(Extracted entries)

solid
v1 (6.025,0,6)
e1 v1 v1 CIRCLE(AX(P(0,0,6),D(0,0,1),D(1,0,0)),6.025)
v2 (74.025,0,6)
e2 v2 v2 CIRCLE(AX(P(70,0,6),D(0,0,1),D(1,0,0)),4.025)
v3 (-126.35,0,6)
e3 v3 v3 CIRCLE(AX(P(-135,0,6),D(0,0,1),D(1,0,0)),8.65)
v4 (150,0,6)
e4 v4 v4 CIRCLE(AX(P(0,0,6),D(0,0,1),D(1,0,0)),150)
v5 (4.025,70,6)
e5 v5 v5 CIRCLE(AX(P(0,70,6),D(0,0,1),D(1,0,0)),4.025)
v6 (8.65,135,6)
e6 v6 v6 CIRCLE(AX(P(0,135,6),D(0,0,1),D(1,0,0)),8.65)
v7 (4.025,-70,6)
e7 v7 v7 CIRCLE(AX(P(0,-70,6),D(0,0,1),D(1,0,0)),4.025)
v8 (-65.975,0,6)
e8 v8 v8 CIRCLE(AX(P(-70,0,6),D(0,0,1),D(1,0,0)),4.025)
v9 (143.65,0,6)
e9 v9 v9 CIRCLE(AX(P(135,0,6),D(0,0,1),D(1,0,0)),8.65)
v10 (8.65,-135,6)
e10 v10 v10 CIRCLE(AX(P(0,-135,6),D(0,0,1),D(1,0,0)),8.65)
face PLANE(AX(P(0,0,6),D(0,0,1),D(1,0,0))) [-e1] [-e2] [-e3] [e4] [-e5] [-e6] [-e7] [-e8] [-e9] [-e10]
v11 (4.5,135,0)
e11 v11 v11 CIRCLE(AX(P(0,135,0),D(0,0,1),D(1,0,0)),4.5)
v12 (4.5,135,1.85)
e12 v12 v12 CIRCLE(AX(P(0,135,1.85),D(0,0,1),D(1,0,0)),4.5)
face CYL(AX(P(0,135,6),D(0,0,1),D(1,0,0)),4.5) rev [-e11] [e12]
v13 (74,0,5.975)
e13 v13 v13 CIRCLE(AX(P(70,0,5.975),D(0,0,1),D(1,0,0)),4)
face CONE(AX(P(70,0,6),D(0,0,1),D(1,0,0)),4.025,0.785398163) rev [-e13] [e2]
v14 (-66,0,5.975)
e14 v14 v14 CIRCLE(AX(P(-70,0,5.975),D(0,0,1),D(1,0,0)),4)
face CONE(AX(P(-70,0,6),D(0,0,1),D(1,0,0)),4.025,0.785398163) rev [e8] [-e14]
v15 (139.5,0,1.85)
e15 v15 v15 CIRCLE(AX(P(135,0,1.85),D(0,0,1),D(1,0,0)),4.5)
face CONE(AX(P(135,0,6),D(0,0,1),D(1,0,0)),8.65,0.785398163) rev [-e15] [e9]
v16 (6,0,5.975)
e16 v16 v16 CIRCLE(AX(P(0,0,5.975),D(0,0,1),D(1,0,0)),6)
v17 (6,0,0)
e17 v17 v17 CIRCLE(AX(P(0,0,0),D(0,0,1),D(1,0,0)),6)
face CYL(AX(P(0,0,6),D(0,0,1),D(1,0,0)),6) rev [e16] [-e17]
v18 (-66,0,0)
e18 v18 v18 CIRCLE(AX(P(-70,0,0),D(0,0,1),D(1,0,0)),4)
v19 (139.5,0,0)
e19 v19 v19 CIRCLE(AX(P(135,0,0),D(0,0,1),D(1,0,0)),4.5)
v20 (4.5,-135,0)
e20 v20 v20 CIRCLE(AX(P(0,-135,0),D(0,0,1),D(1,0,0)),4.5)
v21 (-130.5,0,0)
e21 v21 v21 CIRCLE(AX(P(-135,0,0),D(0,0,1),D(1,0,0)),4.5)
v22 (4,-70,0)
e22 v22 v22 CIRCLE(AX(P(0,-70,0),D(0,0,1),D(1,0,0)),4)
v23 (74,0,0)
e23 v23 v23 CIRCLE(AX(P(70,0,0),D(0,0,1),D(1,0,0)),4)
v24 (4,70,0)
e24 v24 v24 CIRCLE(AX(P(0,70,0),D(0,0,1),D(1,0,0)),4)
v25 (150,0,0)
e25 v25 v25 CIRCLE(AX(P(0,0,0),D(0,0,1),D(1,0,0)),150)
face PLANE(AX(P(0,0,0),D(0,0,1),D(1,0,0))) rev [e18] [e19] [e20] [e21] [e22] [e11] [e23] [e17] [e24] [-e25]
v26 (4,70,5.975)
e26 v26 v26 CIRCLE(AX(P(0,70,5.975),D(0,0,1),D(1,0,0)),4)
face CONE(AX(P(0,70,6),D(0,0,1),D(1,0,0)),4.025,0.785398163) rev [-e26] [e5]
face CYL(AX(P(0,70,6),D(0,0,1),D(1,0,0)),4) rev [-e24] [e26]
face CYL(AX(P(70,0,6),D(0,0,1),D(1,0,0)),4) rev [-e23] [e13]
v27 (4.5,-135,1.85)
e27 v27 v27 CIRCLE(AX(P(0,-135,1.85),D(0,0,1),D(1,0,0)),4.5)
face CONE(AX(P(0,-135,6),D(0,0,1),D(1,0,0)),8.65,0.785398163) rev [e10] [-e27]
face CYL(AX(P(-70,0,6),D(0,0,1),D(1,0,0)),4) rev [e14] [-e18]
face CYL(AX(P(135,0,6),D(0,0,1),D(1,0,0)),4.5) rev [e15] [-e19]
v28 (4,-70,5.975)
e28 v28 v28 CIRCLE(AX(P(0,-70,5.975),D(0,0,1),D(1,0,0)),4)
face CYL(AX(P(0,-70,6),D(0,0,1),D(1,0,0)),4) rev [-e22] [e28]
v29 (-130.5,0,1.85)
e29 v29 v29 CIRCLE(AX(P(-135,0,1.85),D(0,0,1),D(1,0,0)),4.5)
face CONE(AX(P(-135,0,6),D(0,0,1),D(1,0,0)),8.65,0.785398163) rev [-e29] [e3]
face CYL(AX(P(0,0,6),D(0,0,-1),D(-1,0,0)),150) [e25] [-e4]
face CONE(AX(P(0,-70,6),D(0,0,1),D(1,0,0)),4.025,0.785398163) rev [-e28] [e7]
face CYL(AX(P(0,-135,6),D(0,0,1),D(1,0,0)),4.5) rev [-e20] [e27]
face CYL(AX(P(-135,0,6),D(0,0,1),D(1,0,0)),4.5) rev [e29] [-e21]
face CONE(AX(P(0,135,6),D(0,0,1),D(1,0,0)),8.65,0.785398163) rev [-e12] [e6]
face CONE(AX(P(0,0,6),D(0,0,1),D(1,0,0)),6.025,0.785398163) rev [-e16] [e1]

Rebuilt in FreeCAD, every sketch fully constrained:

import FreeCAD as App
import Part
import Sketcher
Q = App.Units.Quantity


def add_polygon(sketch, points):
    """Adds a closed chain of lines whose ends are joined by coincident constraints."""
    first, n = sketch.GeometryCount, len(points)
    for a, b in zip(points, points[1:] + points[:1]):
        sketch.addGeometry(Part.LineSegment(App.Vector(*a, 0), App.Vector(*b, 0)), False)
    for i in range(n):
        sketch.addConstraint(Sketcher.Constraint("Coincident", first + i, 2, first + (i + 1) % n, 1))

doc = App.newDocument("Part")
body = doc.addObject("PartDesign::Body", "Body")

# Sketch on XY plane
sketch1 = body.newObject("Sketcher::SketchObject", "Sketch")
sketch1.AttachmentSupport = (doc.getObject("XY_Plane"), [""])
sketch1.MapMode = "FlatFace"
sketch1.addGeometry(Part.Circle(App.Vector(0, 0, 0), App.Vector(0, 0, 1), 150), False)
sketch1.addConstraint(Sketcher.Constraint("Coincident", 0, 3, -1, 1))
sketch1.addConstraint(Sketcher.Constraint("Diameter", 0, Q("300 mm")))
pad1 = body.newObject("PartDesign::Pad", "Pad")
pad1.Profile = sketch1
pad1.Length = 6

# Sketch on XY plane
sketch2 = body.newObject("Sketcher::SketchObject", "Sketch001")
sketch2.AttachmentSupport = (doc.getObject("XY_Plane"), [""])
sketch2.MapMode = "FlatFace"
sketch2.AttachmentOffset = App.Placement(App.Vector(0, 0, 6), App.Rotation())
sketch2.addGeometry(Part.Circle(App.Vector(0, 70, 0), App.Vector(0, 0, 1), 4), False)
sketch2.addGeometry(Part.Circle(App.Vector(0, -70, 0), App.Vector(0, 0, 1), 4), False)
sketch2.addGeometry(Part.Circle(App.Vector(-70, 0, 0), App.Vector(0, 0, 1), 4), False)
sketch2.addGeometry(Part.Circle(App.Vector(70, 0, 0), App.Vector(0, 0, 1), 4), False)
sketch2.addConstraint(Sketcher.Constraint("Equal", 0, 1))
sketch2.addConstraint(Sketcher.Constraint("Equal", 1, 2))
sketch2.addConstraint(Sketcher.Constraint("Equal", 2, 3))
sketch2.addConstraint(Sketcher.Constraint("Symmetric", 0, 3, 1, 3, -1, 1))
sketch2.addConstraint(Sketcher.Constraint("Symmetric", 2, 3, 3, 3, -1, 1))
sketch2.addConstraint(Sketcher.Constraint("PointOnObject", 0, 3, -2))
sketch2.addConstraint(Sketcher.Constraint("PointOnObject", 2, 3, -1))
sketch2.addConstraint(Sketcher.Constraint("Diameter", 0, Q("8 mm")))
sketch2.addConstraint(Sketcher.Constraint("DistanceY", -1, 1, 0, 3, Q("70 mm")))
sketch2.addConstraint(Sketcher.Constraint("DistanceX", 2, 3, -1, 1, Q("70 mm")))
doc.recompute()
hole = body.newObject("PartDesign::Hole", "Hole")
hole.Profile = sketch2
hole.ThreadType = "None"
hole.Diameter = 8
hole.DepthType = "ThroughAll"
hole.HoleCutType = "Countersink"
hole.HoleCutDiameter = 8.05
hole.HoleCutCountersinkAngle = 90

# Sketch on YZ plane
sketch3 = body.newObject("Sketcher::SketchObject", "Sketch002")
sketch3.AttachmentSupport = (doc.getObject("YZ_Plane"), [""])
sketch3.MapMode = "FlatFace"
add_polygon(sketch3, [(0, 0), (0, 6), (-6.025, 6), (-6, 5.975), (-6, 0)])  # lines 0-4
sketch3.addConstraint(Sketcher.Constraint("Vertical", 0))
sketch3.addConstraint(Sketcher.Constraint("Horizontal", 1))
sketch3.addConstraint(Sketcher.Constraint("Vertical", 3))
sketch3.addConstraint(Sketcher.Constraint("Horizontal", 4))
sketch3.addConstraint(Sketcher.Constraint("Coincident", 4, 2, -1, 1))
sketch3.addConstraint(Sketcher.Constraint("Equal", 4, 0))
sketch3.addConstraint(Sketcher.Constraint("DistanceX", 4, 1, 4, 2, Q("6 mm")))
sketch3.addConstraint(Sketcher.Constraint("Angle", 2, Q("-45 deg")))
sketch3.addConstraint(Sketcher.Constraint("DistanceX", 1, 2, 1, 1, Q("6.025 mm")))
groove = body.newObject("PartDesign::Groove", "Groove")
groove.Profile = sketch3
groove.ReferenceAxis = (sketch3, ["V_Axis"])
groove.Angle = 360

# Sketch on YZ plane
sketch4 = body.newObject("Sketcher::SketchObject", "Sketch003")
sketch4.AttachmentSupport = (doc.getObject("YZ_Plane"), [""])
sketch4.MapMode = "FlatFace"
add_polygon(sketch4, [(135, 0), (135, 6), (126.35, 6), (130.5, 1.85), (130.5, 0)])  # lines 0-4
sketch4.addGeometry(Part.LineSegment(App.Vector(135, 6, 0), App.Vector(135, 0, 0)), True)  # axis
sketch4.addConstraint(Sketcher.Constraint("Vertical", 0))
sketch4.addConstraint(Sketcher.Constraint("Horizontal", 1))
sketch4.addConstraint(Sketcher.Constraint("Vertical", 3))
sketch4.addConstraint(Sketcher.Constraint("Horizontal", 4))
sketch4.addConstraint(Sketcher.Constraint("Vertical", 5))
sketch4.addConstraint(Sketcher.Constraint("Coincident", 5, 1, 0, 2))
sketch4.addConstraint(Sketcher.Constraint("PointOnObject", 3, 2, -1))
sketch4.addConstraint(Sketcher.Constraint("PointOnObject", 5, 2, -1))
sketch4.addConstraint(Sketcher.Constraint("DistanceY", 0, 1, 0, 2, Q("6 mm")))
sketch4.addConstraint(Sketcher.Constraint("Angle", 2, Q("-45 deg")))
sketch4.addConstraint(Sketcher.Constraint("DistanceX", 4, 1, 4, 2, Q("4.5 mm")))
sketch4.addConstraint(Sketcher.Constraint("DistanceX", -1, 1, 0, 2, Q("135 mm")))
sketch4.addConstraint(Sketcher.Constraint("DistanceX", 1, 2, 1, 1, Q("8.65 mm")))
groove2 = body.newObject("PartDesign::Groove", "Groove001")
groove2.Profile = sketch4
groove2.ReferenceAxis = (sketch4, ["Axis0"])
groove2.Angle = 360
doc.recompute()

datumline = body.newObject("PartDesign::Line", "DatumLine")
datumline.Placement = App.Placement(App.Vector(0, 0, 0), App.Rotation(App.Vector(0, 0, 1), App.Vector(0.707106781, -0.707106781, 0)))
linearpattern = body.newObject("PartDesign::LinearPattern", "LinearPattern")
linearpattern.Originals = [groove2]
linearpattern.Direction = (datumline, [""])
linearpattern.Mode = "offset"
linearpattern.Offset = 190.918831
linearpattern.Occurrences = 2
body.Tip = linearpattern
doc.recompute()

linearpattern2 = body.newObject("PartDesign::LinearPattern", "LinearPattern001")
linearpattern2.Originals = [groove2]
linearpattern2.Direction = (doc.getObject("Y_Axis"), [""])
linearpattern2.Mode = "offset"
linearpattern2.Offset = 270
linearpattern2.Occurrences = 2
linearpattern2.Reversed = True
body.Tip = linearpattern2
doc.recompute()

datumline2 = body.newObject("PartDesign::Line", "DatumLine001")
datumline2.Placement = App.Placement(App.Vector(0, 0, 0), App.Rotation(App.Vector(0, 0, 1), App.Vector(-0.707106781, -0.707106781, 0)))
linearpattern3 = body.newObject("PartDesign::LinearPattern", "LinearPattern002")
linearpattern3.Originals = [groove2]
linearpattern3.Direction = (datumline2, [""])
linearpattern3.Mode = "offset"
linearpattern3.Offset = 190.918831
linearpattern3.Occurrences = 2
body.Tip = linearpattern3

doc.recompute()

(End Extracted entries)

__Work task__: Repeat exactly the lines above, starting with the first line of the records and finishing with the line holding "e4 v4 v4 CIRCLE(AX(P(0,0,6),D(0,0,1),D(1,0,0)),150)". Add no other line.

__Final answer__:
solid
v1 (6.025,0,6)
e1 v1 v1 CIRCLE(AX(P(0,0,6),D(0,0,1),D(1,0,0)),6.025)
v2 (74.025,0,6)
e2 v2 v2 CIRCLE(AX(P(70,0,6),D(0,0,1),D(1,0,0)),4.025)
v3 (-126.35,0,6)
e3 v3 v3 CIRCLE(AX(P(-135,0,6),D(0,0,1),D(1,0,0)),8.65)
v4 (150,0,6)
e4 v4 v4 CIRCLE(AX(P(0,0,6),D(0,0,1),D(1,0,0)),150)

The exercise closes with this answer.